= Meir Schiff =

German rabbi and Talmud scholar

Meïr ben Jacob HaKohen Schiff, (1608–1644) (מאיר הכהן שיף) called the Maharam Schiff, was a German rabbi and Talmud scholar.

==Early life==
Meïr Schiff was born at Frankfort-on-the-Main in 1608. His father, Jacob Schiff, was director of the yeshiva at Frankfort until his death. At the age of seventeen Meïr was called to the rabbinate of Fulda, where he had charge also of a number of pupils. There he composed, between 1627 and 1636, his commentaries, which covered the entire Talmud; but only those on Betzah, Ketubot, Gittin, Bava Metzia, and Hullin, together with fragments on Shabbat, Megillah, Bava Kamma, Bava Batra, Sanhedrin, and Zebahim, have been preserved.

==Teachings==
Schiff, being averse to pilpul, attacked not only contemporaries, like Solomon Luria (Ket. 94), Meïr of Lublin (B. M. 61), and Samuel Edels (B. M. 50), but even Rashi (Ket. 42), Isaac b. Sheshet (B. M. 48), and Mordecai (B. M. 4). He enters at once upon the discussion of his subjects, which he treats in detail though without digression; nor does he attempt to derive his proofs from remote Talmudic passages. His explanations are often obscure on account of their extreme brevity, many sentences being incomplete. This was due to pressure of other demands on his time, since he was actively interested in the affairs of his community. He did not write his commentaries in note-books, but on loose leaves of paper. He refers only to one of the different kinds of pilpul current in his time, namely, the so-called "Norburger."

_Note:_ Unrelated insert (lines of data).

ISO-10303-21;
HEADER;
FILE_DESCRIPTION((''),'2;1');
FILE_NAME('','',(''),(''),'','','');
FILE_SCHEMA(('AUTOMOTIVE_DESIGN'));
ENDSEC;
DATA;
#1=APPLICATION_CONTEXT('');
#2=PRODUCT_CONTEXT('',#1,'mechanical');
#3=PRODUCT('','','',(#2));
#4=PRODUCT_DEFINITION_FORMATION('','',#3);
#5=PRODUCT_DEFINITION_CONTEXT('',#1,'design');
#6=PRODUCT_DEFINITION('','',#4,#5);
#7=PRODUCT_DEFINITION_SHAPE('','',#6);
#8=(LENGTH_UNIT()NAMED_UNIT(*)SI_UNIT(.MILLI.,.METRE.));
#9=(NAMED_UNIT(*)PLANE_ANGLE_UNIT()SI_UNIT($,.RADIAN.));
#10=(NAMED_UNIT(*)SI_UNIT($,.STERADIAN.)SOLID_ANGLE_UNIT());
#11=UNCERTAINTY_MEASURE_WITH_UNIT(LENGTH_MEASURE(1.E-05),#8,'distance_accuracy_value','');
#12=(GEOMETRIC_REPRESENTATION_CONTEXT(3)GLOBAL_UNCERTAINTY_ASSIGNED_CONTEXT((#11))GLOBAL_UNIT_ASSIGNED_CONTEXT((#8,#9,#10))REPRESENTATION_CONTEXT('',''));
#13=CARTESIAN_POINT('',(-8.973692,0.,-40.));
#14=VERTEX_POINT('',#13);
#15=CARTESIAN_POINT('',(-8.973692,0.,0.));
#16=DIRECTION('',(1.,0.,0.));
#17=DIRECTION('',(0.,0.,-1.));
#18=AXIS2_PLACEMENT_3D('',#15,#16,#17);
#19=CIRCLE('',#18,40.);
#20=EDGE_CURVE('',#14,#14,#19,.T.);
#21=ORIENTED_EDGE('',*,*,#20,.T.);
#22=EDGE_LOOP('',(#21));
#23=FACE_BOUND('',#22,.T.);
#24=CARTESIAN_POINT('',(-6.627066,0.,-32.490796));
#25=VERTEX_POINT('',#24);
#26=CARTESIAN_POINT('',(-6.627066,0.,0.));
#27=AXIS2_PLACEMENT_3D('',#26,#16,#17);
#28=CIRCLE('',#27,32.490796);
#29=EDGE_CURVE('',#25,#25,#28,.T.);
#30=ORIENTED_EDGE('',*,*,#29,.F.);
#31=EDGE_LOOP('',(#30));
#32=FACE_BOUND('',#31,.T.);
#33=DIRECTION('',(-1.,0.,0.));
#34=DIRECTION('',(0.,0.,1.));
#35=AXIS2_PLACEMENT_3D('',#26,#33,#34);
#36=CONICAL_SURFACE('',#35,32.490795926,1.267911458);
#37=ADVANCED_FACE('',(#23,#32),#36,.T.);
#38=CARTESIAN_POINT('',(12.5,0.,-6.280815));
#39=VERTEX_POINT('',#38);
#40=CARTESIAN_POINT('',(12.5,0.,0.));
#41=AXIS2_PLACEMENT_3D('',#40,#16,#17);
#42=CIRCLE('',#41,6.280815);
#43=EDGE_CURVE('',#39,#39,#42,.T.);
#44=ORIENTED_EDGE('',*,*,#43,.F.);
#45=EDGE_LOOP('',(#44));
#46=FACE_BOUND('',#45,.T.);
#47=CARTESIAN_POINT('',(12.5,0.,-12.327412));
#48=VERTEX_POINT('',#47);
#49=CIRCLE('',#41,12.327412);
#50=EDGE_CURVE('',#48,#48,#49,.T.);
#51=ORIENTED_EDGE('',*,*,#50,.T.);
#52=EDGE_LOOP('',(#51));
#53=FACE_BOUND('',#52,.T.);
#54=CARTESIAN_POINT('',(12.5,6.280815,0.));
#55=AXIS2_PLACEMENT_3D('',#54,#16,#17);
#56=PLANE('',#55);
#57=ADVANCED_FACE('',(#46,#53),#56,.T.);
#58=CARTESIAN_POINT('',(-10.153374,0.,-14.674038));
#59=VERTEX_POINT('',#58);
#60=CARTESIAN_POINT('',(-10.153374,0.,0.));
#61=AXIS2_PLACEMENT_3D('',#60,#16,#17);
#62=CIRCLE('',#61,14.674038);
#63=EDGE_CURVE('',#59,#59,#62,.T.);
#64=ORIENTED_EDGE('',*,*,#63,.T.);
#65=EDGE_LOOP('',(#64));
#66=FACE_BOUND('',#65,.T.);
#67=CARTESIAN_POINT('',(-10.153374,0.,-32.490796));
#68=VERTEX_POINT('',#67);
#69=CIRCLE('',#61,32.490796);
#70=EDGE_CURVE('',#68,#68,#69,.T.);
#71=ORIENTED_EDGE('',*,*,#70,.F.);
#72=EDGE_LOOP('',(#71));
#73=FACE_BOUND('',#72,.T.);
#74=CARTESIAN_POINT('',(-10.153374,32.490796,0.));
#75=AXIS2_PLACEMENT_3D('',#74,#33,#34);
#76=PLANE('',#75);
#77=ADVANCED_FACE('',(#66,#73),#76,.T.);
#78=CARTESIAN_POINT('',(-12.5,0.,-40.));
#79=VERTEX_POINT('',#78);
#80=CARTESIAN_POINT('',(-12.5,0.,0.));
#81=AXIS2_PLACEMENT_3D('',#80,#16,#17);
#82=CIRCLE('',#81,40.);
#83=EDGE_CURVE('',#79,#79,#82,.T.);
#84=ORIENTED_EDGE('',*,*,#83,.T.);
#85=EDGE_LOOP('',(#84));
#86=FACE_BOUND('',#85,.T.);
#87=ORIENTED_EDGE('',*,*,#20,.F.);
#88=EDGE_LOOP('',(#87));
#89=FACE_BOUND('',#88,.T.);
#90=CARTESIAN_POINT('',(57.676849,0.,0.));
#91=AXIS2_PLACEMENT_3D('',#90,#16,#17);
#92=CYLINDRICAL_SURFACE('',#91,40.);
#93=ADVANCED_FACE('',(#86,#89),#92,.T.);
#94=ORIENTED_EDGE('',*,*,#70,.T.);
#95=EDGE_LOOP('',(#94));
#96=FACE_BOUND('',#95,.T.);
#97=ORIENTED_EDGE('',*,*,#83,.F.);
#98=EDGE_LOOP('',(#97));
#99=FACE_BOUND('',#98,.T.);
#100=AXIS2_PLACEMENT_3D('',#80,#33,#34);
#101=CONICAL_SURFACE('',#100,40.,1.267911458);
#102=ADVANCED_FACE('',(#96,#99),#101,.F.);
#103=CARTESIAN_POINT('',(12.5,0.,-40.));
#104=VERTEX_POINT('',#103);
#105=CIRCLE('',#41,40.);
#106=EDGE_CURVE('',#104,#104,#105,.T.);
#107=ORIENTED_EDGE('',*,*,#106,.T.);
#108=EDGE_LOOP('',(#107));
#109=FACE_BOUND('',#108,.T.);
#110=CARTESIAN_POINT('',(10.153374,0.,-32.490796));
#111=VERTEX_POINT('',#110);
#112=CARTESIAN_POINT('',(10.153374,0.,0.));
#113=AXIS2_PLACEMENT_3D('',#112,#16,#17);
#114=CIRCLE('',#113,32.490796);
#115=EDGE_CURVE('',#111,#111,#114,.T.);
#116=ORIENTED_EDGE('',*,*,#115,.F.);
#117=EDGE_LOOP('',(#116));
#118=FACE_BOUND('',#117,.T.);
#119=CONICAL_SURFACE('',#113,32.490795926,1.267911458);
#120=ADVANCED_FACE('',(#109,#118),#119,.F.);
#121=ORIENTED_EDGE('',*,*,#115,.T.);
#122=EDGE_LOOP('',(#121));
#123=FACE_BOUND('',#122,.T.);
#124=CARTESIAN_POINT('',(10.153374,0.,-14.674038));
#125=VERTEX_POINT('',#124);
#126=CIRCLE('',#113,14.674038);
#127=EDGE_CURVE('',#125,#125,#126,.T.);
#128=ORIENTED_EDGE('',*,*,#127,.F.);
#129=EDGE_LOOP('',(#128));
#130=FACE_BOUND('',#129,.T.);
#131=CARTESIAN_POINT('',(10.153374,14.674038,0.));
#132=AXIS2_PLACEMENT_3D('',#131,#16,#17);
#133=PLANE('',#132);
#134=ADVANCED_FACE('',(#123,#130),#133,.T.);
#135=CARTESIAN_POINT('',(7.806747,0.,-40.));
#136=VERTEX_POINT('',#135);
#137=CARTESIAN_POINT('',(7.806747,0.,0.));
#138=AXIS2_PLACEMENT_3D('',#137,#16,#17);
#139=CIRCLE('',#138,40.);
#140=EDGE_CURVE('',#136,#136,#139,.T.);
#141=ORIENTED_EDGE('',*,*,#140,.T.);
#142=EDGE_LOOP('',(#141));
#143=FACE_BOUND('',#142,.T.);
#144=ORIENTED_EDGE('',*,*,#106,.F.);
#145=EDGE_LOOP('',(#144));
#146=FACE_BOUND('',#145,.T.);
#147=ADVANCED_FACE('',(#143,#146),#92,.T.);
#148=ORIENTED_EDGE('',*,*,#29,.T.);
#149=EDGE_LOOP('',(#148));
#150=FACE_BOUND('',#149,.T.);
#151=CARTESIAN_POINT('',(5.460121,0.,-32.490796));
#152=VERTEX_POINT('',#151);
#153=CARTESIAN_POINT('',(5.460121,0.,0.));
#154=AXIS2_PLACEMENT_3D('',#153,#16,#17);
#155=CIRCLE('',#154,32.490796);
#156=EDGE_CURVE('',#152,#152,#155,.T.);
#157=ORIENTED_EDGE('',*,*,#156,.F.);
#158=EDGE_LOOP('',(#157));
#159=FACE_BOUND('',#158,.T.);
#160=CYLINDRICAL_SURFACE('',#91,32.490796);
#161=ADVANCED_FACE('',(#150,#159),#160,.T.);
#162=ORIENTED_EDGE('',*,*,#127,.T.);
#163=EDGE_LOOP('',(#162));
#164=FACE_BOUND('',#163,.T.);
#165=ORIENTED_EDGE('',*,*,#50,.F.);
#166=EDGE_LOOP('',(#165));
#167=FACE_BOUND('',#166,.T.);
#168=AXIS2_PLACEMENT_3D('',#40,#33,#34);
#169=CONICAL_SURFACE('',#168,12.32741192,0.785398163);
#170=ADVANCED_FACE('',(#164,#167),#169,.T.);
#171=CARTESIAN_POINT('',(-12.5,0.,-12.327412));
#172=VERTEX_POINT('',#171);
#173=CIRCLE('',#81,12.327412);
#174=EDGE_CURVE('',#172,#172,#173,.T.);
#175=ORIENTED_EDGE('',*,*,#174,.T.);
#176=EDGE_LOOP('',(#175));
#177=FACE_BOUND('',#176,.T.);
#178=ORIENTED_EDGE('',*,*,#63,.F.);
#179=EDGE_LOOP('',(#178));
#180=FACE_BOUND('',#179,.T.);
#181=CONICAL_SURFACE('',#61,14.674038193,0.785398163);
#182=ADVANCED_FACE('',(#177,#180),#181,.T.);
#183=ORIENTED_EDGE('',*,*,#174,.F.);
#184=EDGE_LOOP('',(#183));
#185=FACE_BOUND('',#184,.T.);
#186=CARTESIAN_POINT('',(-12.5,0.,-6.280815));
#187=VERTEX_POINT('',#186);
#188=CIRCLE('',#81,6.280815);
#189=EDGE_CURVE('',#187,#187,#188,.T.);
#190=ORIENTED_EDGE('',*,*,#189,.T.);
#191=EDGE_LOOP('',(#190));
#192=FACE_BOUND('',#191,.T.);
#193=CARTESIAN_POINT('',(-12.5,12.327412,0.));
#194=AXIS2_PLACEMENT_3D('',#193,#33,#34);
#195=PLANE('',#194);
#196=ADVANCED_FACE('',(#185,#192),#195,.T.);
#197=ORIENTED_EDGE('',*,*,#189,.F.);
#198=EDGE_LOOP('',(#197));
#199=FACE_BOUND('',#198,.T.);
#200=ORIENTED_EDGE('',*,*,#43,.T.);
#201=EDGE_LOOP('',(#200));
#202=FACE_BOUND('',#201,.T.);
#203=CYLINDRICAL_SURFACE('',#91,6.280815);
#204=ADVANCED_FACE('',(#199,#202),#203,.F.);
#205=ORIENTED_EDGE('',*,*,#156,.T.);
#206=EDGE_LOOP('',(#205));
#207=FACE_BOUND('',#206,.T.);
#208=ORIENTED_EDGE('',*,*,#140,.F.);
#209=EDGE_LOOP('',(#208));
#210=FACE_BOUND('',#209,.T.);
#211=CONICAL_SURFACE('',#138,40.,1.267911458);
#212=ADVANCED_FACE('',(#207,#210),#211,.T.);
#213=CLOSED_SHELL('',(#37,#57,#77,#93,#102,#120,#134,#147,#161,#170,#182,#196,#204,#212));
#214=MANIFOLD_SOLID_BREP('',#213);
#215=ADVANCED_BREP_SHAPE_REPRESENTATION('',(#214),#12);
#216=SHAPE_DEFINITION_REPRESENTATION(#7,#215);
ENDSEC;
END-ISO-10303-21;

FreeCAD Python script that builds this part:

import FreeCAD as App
import Part
import Sketcher

V = App.Vector
Q = App.Units.Quantity


def add_polygon(sketch, points):
    """Adds a closed chain of lines whose ends are joined by coincident constraints."""
    first, n = sketch.GeometryCount, len(points)
    for a, b in zip(points, points[1:] + points[:1]):
        sketch.addGeometry(Part.LineSegment(App.Vector(*a, 0), App.Vector(*b, 0)), False)
    for i in range(n):
        sketch.addConstraint(Sketcher.Constraint("Coincident", first + i, 2, first + (i + 1) % n, 1))

doc = App.newDocument("Part")
body = doc.addObject("PartDesign::Body", "Body")

sketch1 = doc.addObject("Sketcher::SketchObject", "Sketch")
body.addObject(sketch1)
sketch1.AttachmentSupport = (doc.XY_Plane, [""])
sketch1.MapMode = "FlatFace"
add_polygon(sketch1, [(-12.5, 6.3), (12.5, 6.3), (12.5, 12.3), (10.2, 14.7), (10.2, 32.5), (12.5, 40), (7.8, 40), (5.5, 32.5), (-6.6, 32.5), (-9, 40), (-12.5, 40), (-10.2, 32.5), (-10.2, 14.7), (-12.5, 12.3)])
sketch1.addConstraint([
    Sketcher.Constraint("Horizontal", 0),
    Sketcher.Constraint("Vertical", 1),
    Sketcher.Constraint("Vertical", 3),
    Sketcher.Constraint("Horizontal", 5),
    Sketcher.Constraint("Horizontal", 7),
    Sketcher.Constraint("Horizontal", 9),
    Sketcher.Constraint("Vertical", 11),
    Sketcher.Constraint("Vertical", 13),
    Sketcher.Constraint("Symmetric", 4, 2, 9, 2, -2),
    Sketcher.Constraint("Symmetric", 3, 2, 10, 2, -2),
    Sketcher.Constraint("Symmetric", 1, 2, 12, 2, -2),
    Sketcher.Constraint("Parallel", 4, 6),
    Sketcher.Constraint("Parallel", 8, 10),
    Sketcher.Constraint("Perpendicular", 2, 12),
    Sketcher.Constraint("Horizontal", 3, 2, 6, 2),
    Sketcher.Constraint("Horizontal", 2, 2, 11, 2),
    Sketcher.Constraint("Vertical", 1, 2, 4, 2),
    Sketcher.Constraint("DistanceX", 0, 1, 0, 2, Q("25 mm")),
    Sketcher.Constraint("DistanceY", -1, 1, 4, 2, Q("40 mm")),
    Sketcher.Constraint("DistanceX", 9, 2, 9, 1, Q("3.526308 mm")),
    Sketcher.Constraint("Distance", 2, Q("3.318631 mm")),
    Sketcher.Constraint("DistanceX", 5, 2, 5, 1, Q("4.693253 mm")),
    Sketcher.Constraint("DistanceY", 1, 1, 1, 2, Q("6.046597 mm")),
    Sketcher.Constraint("DistanceY", 3, 1, 3, 2, Q("17.816758 mm")),
    Sketcher.Constraint("DistanceY", -1, 1, 1, 2, Q("12.327412 mm")),
])
revolution = doc.addObject("PartDesign::Revolution", "Revolution")
body.addObject(revolution)
revolution.Profile = sketch1
revolution.ReferenceAxis = (sketch1, ["H_Axis"])
revolution.Angle = 360

doc.recompute()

Apart from his halakic commentaries, Schiff also composed sermons on the Pentateuch. In these he appears as an opponent of simple exegesis. He says, for instance, that Jacob must have been familiar with the explanation of Gen. xxv. 33 given by Rashi (B. Ḳ., end). Of the sermons only a fragment on Deut. iv. has been preserved. A mnemonic index to the Bible and the Talmud by him is also extant. In 1636 he removed to Schmalkalden; he was called to the rabbinate of Prague shortly before his death.

On his death-bed Schiff is said to have called his daughter Henlah and told her to keep all his works in a box until one of his younger relatives should be able to study and publish them. Henlah sent the box containing the works to a strange house, where they became moth-eaten, and some of them were stolen; so that her son, Michael Stein, came into possession of only a remnant of them, which he finally published, probably in 1737, at Homburgvor-der-Höhe under the title Ḥiddushe Halakot. A second edition appeared there in 1757; and both were full of misprints. The first revised edition was published by Mordecai Markus of Polozk in 1810. It was seen asa been the model for Talmudic study, and a copy was often given as a prize to students who have distinguished themselves in the study of Ḥiddushim. Eventually, Schiff's notes were printed in the back of the standard edition Talmud, along with the super commentary of Mordechai Mardush of Paritsk.

Most of Schiff's notes on the four Ṭurim, as well as his cabalistic works and Talmudic decisions, were destroyed during the conflagration at Frankfort-on-the-Main in 1711.

He died about 1644 at Prague.

==Bibliography==
- Fraenkel, in Orient, Lit. vi. 827-830;
- S. Horodetzki, in Ha-Goren, 1899, ii. 58-66;
- Azulai, Shem ha-Gedolim, p. 63;
- Wolf, Bibl. Hebr. iii. 1398;
- Steinschneider, Cat. Bodl. Col. 1715;
- Benjacob, Oẓar ha-Sefarim, p. 179.